## The task
Return only that part of the material below which starts with the line containing "f 282 395 394" and goes on through the line containing "f 119 117 382", restated exactly.

Dataset excerpts section start

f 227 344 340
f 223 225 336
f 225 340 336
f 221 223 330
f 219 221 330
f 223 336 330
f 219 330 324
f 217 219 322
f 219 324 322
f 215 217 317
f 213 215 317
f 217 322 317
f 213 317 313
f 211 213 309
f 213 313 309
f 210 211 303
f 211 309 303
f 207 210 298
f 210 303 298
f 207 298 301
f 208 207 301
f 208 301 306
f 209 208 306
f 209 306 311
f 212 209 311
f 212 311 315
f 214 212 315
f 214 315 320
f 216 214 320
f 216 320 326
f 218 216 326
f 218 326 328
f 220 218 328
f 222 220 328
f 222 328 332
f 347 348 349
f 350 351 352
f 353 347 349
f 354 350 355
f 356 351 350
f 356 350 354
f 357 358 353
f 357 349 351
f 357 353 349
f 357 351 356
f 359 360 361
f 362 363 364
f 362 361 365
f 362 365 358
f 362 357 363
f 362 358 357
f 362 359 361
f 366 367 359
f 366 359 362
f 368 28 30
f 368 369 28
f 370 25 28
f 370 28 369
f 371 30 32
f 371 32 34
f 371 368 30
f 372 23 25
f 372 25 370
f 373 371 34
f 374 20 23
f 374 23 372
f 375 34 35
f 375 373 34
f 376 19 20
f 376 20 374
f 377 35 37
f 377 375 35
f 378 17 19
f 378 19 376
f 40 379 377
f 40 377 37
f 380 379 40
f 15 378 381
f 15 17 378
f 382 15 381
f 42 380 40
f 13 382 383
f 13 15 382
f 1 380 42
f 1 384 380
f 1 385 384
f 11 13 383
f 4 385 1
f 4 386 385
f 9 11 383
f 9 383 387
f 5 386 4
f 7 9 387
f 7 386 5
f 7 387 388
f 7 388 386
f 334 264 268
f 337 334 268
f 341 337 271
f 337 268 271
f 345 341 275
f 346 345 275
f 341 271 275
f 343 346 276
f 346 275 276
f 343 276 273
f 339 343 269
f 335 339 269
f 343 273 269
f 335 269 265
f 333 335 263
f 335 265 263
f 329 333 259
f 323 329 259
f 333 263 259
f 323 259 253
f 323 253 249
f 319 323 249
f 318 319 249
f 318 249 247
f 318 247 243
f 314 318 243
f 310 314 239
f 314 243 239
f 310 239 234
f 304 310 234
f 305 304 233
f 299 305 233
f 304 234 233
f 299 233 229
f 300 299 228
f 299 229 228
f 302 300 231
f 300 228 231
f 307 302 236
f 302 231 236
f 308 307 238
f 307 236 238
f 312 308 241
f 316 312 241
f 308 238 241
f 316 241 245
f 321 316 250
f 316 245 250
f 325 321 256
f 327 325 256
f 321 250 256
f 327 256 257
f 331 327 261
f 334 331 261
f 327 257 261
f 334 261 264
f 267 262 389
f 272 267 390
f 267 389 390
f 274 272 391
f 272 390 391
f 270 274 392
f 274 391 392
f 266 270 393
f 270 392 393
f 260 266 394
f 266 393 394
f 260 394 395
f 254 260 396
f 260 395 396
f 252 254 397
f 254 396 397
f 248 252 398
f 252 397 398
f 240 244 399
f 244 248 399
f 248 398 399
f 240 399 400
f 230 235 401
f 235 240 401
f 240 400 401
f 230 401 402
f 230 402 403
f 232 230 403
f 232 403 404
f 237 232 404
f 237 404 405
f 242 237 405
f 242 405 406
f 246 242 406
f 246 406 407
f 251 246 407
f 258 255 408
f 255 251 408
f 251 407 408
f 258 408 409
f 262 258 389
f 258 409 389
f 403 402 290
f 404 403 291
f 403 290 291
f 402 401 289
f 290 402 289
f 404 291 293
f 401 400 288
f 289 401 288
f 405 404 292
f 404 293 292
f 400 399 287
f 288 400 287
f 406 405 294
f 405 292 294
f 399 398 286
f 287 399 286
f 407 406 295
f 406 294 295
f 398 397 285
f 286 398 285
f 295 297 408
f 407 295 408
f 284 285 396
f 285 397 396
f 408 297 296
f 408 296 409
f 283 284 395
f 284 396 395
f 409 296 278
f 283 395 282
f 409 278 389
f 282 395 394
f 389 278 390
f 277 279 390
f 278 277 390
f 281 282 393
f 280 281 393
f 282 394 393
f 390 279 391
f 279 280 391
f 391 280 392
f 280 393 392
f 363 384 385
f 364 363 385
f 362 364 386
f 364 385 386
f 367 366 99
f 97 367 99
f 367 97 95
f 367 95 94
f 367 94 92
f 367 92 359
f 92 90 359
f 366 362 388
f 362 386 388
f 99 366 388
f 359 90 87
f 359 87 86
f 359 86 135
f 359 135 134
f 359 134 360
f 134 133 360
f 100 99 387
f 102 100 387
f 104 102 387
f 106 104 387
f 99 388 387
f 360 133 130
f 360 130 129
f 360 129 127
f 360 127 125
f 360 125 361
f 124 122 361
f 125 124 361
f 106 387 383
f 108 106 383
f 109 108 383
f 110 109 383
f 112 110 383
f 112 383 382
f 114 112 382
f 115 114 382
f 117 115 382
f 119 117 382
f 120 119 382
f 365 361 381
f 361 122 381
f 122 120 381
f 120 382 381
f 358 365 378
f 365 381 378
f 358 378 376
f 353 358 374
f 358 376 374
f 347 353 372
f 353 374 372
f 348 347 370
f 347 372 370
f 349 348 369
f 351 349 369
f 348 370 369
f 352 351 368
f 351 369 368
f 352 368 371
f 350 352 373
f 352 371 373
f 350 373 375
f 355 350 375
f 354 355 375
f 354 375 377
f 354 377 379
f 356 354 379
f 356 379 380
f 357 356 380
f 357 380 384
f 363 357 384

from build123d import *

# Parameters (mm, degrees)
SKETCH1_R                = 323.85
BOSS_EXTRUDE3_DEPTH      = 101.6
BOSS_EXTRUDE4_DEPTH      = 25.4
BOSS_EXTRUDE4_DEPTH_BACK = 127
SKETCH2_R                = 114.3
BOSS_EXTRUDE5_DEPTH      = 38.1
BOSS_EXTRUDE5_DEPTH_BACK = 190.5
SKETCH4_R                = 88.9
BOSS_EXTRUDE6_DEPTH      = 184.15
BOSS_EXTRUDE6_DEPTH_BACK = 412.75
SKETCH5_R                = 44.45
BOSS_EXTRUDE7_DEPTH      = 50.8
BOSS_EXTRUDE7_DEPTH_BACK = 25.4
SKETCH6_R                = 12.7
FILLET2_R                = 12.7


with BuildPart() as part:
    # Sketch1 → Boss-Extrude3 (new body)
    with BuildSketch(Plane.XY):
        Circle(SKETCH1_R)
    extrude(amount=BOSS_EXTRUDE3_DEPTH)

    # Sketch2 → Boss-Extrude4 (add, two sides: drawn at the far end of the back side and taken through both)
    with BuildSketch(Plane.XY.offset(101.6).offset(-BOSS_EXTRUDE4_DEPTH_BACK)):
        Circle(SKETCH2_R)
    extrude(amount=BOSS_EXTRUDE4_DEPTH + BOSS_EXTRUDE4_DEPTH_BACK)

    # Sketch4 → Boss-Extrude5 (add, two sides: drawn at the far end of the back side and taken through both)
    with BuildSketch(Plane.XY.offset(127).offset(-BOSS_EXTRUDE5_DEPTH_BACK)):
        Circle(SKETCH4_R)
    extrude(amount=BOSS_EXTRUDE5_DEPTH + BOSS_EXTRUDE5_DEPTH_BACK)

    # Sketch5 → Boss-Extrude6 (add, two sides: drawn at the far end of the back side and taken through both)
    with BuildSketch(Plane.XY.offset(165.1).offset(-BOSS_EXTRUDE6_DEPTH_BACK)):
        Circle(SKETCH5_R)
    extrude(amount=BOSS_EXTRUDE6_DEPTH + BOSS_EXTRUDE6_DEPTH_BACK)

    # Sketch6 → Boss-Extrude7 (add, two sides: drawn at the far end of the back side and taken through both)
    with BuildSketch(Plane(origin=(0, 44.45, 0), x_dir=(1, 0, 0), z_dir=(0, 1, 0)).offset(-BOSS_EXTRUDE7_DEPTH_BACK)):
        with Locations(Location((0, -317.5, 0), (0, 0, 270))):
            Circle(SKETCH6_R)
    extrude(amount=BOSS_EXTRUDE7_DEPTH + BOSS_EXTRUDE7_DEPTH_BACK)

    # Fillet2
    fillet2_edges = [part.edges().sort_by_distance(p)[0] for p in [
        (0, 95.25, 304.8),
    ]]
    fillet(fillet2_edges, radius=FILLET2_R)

Dataset excerpts section end
Dataset excerpts section start

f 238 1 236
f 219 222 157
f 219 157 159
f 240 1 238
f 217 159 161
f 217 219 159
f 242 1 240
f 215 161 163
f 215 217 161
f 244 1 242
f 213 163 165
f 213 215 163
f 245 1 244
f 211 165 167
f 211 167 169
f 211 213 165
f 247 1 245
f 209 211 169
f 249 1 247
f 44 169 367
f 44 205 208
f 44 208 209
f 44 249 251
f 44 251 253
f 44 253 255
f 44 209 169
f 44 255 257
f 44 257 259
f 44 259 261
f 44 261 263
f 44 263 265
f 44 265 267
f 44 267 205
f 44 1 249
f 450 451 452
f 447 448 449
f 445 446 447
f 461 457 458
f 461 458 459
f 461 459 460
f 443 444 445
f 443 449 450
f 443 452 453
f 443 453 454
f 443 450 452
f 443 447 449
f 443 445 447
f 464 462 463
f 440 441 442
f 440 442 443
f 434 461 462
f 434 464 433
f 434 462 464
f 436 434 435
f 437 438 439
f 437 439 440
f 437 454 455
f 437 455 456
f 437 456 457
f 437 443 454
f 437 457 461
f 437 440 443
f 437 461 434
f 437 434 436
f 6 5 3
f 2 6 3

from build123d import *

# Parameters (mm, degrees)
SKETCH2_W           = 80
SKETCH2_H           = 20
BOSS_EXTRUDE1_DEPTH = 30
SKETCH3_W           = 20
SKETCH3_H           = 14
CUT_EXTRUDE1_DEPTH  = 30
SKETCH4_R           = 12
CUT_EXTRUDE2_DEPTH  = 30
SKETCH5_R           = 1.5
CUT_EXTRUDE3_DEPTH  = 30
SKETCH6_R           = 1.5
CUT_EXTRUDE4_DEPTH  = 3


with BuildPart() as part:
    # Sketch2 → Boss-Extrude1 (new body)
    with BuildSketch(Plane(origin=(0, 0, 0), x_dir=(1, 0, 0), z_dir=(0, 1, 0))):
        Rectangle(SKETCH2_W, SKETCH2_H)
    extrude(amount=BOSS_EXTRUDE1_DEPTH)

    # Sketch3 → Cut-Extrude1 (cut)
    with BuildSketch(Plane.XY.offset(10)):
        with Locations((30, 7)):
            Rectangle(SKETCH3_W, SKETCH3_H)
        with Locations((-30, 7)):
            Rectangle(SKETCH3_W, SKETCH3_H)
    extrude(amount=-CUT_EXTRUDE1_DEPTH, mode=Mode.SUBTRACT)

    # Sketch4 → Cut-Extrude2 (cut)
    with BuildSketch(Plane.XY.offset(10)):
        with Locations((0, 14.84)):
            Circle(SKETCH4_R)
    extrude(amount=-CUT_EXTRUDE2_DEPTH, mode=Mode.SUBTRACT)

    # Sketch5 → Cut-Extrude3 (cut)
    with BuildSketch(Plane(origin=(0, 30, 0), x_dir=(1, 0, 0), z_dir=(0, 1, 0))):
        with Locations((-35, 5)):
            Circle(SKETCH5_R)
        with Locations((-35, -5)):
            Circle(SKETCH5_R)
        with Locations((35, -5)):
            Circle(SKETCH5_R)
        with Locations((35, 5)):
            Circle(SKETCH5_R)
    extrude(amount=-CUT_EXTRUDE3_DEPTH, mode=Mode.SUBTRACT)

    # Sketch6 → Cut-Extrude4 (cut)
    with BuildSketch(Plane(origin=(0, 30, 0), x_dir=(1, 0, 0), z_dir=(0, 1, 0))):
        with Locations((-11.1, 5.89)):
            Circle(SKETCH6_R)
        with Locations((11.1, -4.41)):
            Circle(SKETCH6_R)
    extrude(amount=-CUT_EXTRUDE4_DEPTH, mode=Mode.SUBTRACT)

Dataset excerpts section end

## Response to the task
f 282 395 394
f 389 278 390
f 277 279 390
f 278 277 390
f 281 282 393
f 280 281 393
f 282 394 393
f 390 279 391
f 279 280 391
f 391 280 392
f 280 393 392
f 363 384 385
f 364 363 385
f 362 364 386
f 364 385 386
f 367 366 99
f 97 367 99
f 367 97 95
f 367 95 94
f 367 94 92
f 367 92 359
f 92 90 359
f 366 362 388
f 362 386 388
f 99 366 388
f 359 90 87
f 359 87 86
f 359 86 135
f 359 135 134
f 359 134 360
f 134 133 360
f 100 99 387
f 102 100 387
f 104 102 387
f 106 104 387
f 99 388 387
f 360 133 130
f 360 130 129
f 360 129 127
f 360 127 125
f 360 125 361
f 124 122 361
f 125 124 361
f 106 387 383
f 108 106 383
f 109 108 383
f 110 109 383
f 112 110 383
f 112 383 382
f 114 112 382
f 115 114 382
f 117 115 382
f 119 117 382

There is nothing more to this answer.